By Larry Rubrich
One of the forms of waste on the jobsite is the Punch List. It is waste because it violates the third criteria of how construction activities provide value to the owner as listed below:
1) It must change the “shape” or “form” of the project item. For example, developing a project scope, creating a drawing, creating a kit or prefabrication, hanging dry wall, wiring a room, or servicing the facility.
2) The owner must care about the activity and be willing to pay for it.
3) The activity must be done right the first time.
Owners are unwilling to pay for rework or repair. If we define Punch List items only as repairs and rework (versus last minutes change orders by the owner), Punch Lists can cause:
- Project flow stoppages or delays due to reallocation of manpower to areas that had been considered complete.
- Rework that may affect more than one trade and subcontractor.
- Owner dissatisfaction.
- Finger pointing and project team member dissatisfaction.
- Reduced profitability for the project team members.
- Reallocation of management time in order to resolve disputes or cajole others as we debate what is or is not “quality work.”
- Owners left feeling like they've been worked over by used car salesmen as attempts are made to convince them that what clearly isn't quality work, actually meets specifications.
The difficulty in discussing Punch Lists with construction organizations is that Punch Lists are considered part of the jobsite process, instead of the 100 percent waste that they are. Eliminating the need for Punch Lists will produce a better quality project, with greater owner satisfaction, and more successful project team member organizations.
The Journey to Eliminating the Need for a Punch List
The first step in this journey begins with empowering our workforce. In Lean, we respect and empower the workforce and our subcontractors so they will take ownership for the jobs that they do. This ownership creates accountability (versus a command and control environment where superintendents only told them what to do). The idea here is to develop a common goal, which when combined with communication and empowerment, creates teamwork.

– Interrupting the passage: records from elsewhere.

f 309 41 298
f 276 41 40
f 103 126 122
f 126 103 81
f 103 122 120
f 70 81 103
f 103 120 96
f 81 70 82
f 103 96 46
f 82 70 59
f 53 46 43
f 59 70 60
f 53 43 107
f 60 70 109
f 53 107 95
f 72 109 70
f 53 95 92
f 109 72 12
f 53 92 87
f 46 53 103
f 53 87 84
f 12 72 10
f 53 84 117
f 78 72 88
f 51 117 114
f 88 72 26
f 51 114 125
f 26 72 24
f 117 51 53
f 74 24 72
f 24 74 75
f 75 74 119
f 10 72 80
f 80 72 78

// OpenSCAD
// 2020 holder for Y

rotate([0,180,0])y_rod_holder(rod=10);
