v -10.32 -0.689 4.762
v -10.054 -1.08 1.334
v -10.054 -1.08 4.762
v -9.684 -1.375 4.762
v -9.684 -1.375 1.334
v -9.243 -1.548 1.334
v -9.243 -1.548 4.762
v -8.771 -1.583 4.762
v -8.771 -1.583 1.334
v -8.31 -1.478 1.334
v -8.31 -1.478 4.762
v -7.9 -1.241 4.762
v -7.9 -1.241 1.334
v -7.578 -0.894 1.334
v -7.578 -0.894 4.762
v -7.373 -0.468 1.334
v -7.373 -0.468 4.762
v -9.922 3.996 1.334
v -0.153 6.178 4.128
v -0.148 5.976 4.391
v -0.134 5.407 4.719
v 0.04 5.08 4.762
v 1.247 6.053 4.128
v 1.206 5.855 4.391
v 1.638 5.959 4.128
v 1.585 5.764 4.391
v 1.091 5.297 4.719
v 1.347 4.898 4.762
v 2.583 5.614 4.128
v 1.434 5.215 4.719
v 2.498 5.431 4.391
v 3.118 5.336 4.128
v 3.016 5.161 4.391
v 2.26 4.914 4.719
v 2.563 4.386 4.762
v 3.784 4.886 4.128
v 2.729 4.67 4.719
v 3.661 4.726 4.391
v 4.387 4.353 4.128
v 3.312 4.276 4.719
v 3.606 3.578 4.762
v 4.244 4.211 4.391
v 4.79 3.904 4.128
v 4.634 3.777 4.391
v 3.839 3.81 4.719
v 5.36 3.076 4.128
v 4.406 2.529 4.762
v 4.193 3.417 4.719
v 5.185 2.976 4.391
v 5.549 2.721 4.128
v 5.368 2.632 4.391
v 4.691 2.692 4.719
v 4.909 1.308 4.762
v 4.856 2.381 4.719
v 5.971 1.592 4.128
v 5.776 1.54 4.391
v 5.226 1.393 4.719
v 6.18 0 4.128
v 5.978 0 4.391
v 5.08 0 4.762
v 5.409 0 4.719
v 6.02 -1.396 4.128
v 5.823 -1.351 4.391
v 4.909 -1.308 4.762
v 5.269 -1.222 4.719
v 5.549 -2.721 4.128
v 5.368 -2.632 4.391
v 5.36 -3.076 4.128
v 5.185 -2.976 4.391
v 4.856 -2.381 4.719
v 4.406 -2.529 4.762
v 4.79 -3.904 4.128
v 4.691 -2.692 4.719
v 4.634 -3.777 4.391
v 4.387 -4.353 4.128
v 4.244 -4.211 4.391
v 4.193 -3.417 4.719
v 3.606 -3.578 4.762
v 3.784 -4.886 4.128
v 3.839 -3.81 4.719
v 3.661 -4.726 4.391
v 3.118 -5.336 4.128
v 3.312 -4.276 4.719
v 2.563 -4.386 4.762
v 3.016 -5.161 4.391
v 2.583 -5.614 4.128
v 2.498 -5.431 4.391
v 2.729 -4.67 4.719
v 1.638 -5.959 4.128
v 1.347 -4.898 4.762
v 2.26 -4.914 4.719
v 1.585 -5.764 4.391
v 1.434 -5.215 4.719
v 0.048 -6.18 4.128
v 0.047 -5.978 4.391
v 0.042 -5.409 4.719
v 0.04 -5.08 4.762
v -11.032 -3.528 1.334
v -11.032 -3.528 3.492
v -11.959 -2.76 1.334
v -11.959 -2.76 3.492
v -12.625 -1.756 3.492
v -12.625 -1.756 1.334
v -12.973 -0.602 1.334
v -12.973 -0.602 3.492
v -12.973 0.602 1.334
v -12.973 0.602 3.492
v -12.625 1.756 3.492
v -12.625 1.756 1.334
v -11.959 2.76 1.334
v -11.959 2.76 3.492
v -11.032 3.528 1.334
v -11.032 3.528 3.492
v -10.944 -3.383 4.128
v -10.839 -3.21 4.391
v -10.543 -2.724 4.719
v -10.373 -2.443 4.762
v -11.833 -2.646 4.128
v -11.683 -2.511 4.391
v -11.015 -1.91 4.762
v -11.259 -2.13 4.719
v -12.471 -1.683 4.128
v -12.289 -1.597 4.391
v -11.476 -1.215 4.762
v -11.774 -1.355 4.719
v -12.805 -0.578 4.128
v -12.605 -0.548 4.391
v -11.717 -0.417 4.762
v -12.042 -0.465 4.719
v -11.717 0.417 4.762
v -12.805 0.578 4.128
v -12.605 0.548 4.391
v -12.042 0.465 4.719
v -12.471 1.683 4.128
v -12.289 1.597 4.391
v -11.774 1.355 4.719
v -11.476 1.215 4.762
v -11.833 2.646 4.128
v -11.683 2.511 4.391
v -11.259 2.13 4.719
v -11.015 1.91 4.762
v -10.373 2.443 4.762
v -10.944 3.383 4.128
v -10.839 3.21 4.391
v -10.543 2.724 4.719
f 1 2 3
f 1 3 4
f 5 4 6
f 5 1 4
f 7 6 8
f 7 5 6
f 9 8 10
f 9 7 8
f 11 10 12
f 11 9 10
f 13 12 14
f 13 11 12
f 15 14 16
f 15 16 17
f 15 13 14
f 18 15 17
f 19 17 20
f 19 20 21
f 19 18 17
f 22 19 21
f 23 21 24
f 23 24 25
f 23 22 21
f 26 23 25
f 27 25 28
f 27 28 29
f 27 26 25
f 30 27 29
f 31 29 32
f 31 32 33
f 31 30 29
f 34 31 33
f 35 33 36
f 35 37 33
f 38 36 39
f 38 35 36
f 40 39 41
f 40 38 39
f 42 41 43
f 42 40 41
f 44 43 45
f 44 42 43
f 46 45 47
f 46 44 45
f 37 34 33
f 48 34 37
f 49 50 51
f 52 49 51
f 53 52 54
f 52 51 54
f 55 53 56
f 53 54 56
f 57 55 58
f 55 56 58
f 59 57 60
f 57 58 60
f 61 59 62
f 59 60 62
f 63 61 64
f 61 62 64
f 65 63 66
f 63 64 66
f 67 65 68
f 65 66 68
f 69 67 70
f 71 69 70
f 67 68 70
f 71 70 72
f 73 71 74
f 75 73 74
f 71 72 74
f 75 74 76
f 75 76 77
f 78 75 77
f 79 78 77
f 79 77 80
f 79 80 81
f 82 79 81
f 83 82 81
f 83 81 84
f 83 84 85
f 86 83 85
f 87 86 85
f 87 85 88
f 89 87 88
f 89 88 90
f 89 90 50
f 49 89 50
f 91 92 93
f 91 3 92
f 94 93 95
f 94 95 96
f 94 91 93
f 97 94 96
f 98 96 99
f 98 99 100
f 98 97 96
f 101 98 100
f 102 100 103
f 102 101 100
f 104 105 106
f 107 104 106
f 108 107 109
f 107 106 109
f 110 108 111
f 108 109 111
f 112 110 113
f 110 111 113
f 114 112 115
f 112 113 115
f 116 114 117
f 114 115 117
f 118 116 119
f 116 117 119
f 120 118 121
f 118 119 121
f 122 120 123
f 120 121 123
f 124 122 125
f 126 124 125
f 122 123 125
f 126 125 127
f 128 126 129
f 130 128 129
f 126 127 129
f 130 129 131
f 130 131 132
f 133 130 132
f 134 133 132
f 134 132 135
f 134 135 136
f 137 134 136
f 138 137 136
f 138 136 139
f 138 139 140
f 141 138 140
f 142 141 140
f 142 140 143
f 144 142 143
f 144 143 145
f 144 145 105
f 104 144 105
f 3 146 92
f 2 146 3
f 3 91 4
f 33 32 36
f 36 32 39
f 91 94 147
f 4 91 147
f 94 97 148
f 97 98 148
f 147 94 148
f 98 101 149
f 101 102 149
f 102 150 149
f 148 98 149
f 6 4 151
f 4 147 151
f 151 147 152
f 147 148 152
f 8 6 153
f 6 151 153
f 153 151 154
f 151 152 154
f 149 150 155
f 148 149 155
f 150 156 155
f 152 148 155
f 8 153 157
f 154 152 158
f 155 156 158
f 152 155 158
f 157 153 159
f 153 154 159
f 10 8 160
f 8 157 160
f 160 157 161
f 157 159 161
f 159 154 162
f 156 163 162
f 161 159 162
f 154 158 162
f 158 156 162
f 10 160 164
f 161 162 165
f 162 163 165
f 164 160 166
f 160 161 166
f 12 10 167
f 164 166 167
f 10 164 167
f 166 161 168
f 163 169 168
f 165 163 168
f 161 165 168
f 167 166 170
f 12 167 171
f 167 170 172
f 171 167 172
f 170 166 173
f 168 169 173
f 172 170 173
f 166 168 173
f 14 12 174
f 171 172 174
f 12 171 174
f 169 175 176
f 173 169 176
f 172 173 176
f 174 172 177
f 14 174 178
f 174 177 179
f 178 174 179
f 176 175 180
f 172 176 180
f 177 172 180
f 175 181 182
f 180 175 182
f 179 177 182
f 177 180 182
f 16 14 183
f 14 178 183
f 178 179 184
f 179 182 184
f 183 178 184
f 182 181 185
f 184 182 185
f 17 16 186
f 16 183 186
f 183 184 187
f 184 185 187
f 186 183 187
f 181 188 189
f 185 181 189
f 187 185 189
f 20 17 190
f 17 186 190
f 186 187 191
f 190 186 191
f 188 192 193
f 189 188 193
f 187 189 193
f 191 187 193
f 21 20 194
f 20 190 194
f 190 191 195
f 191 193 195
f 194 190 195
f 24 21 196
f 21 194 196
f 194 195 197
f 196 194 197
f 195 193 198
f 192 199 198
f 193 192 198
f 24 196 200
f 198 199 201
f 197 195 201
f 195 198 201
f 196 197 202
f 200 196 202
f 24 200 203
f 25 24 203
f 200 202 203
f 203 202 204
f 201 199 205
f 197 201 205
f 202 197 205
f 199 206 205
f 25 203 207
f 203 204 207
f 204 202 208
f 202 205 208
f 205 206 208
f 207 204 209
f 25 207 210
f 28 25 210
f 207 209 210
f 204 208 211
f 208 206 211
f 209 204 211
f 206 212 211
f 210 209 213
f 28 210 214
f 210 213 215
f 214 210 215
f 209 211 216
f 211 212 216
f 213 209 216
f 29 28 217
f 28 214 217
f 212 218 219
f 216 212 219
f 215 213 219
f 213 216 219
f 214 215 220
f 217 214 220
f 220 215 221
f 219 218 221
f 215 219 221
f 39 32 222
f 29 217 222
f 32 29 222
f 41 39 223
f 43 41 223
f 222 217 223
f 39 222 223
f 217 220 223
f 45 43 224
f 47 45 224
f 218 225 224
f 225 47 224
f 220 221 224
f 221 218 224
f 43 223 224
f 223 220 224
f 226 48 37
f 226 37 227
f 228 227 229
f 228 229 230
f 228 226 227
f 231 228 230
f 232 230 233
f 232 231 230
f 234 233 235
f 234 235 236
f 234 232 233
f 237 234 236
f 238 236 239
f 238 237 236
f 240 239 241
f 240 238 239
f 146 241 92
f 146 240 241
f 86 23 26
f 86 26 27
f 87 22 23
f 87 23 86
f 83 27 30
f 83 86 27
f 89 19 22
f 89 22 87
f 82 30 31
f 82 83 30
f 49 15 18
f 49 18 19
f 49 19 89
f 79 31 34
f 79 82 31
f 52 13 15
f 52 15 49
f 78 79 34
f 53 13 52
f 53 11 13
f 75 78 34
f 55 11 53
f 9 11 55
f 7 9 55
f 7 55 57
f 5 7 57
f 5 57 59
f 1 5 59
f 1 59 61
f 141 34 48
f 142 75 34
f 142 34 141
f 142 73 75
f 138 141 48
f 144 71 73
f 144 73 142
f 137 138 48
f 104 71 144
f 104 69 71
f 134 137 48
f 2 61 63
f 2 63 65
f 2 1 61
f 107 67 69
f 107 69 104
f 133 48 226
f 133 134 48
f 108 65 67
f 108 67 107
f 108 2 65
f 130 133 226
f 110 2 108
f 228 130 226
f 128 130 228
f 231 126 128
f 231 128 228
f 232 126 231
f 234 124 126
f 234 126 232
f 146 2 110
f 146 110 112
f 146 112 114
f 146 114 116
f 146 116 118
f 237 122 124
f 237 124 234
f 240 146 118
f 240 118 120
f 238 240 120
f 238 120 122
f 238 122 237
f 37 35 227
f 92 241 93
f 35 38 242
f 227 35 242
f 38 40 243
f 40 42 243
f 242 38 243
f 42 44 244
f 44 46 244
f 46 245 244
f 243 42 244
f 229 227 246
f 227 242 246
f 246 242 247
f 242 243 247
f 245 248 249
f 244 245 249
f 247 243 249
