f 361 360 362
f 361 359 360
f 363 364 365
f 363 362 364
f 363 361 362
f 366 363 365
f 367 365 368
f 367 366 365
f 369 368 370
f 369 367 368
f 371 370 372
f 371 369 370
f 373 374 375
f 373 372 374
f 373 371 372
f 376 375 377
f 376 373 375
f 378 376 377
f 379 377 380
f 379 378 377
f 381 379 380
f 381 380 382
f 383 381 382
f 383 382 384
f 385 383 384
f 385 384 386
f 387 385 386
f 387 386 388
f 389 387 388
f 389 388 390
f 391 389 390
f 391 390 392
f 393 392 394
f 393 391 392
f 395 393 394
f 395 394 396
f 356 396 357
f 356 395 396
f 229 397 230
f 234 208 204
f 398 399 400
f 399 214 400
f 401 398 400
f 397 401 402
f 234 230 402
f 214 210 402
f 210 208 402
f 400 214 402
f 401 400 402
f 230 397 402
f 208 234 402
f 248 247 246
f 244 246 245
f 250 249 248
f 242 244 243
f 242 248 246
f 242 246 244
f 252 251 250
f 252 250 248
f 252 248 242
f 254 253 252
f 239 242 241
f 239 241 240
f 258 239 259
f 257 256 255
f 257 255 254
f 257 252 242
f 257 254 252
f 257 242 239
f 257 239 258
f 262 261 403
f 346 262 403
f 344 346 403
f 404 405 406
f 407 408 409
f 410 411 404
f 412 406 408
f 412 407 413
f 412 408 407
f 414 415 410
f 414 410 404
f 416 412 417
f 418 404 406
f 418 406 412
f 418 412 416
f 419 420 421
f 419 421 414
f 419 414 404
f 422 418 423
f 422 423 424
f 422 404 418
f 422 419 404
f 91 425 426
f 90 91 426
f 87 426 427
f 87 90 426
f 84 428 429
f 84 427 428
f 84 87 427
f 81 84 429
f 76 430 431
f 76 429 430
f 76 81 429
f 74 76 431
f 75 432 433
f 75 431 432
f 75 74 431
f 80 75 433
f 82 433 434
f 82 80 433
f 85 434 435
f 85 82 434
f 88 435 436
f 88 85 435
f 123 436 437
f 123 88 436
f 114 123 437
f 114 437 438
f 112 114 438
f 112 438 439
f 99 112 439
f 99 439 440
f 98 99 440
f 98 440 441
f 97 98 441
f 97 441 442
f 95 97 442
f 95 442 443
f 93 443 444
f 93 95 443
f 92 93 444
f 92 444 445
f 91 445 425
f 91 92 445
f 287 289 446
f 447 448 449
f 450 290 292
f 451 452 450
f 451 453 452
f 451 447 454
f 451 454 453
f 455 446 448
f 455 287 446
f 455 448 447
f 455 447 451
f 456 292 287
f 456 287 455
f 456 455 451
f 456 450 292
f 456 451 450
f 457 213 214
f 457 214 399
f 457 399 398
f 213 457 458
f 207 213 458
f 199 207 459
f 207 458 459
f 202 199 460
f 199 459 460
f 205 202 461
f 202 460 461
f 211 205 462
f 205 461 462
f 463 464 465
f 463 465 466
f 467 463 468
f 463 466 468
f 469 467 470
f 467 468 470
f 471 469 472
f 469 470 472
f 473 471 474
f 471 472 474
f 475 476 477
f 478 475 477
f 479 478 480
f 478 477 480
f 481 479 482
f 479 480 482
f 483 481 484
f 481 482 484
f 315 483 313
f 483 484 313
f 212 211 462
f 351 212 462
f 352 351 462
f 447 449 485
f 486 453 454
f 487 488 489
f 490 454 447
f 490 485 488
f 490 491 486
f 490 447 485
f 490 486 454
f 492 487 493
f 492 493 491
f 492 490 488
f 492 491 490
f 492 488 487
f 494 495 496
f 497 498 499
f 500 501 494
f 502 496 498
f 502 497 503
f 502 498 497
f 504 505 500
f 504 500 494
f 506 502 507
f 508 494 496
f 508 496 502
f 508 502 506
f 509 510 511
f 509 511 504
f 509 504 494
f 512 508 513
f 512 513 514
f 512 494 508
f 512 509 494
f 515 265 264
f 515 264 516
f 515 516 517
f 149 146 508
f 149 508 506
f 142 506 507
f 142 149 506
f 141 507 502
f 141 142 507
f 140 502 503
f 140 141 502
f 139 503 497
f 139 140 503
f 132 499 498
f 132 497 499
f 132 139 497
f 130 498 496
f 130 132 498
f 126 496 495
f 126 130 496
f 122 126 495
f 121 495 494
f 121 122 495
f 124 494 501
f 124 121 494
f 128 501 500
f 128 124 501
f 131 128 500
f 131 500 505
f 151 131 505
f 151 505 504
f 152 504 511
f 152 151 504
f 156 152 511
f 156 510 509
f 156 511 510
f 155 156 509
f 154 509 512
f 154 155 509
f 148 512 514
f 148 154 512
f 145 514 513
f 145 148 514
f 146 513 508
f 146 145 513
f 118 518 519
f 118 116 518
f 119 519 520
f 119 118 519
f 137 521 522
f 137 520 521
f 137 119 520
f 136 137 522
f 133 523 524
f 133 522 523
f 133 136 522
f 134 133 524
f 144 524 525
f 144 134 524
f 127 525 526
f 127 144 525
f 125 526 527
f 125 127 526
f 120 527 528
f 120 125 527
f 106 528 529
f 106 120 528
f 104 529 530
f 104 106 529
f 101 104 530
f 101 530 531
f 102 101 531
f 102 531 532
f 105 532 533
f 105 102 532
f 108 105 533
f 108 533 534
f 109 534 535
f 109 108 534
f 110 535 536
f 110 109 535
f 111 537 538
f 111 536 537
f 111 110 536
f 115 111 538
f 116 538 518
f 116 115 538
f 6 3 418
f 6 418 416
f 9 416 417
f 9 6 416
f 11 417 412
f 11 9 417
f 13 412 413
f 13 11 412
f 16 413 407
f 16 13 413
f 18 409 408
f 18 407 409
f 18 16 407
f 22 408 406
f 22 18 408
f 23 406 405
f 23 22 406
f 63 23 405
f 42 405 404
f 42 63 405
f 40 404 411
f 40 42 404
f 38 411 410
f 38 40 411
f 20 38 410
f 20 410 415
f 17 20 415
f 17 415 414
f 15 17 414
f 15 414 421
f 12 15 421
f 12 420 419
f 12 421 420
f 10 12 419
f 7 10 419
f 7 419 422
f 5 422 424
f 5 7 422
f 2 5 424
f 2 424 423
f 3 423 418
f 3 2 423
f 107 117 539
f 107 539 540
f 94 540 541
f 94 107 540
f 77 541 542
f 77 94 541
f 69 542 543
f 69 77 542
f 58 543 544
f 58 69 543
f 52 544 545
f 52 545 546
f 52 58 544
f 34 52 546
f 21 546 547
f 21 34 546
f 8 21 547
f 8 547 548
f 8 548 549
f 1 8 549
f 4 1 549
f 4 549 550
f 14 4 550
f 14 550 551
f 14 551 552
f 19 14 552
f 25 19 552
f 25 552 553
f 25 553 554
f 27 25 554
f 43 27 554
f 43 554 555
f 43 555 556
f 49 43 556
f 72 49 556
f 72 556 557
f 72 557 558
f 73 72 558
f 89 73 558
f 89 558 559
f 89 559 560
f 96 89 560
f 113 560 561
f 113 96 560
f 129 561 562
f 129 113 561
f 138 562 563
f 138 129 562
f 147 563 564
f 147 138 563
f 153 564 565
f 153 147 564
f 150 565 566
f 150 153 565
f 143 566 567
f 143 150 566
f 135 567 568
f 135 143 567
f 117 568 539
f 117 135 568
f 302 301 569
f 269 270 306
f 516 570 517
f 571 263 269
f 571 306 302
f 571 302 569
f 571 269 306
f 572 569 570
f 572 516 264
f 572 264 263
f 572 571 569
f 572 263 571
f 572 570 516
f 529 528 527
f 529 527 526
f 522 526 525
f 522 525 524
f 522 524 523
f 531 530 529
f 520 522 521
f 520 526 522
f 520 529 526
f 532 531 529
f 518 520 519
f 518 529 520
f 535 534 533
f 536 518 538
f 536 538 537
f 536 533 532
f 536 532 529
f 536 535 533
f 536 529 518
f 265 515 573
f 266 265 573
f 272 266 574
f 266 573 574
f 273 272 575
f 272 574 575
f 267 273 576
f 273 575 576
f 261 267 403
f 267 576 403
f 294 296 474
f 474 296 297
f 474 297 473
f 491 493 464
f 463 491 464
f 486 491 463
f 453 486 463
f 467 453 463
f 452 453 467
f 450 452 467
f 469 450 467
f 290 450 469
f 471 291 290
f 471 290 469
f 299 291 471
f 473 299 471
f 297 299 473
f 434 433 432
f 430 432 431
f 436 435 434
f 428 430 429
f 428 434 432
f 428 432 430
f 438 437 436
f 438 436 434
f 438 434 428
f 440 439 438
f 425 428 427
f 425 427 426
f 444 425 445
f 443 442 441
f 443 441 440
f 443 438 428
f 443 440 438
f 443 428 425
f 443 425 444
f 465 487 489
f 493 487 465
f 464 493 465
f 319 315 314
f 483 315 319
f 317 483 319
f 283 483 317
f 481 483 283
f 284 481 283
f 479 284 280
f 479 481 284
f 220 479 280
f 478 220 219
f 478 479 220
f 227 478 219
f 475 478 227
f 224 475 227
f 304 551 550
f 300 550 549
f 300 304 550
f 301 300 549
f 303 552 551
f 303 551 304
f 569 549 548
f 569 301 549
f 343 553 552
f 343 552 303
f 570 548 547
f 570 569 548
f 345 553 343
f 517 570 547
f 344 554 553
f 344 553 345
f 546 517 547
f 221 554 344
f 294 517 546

A good example of this communication, empowerment, ownership, and teamwork is shown in the use of the Lean Project Scheduling tool (aka Last Planner™). In creating, say, a Phase Pull Plan from a project Master Schedule, subcontractors are empowered to create their part of the schedule and make commitments for completion dates. These commitments are made in a “Big Room” environment where other subcontractors are also making commitments. The accuracy of the commitments is then measured using Percent Plan Complete (PPC) in a weekly project meeting where commitments are updated. The weekly meeting is also the basis for discussion on what obstacles prevented them from achieving 100 percent of their plan. This activity becomes the basis for continuous improvement (CI)—a Lean principle.
The second step of the journey begins with the subcontractor and supplier selection and partnering process. We have discussed (ranted) in previous newsletters that selecting subcontractors by the low bid process is not the way to produce a low cost project (because of project delays, rework, and the additional time burden it produces for project PMs and superintendents). We suggested that GCs/CMs and subcontractors need to develop a new relationship based on win-win Lean principles.
It took Toyota to show American manufacturing that purchasing from the lowest price part supplier would not produce a quality vehicle. Toyota fully trains and qualifies their suppliers in terms of Lean techniques and their impact on quality, delivery, reduction in lead-time, and oh yes. . .pricing. Qualified Toyota suppliers deliver material right to the assembly line. Would you allow an owner to do a “walk through” based solely on your subcontractors saying the room or area was complete and ready?
As we have noted before, requirements to support Lean processes must be part of the subcontractor bid requirements. These requirements should include:
- Their PM's and Foreman's commitment to attend a two-day Project Scheduling session. This session includes an introduction to Lean, a “partnering” session, a Project Scheduling simulation (nice ice breaker), and then the creation of a Project Schedule for the current project. The key here is to get everyone on the same page.
- Their PM's and Foreman's attendance at a Punch List elimination meeting (can be part of above session). This must include a detailed description and handout of the system by which this will happen including the responsibilities and accountabilities you expect from the suppliers and subs.
- A Punch List measurement system that the team can agree upon. It is also a Lean Principle that you cannot improve what you do not measure. Measure improvements by area, or room, or floor, etc. Remember, it's all about CI.
Eliminating project flow stoppages is one the goals of Lean Construction. Eliminating the need for Punch Lists will eliminate/reduce that stoppage.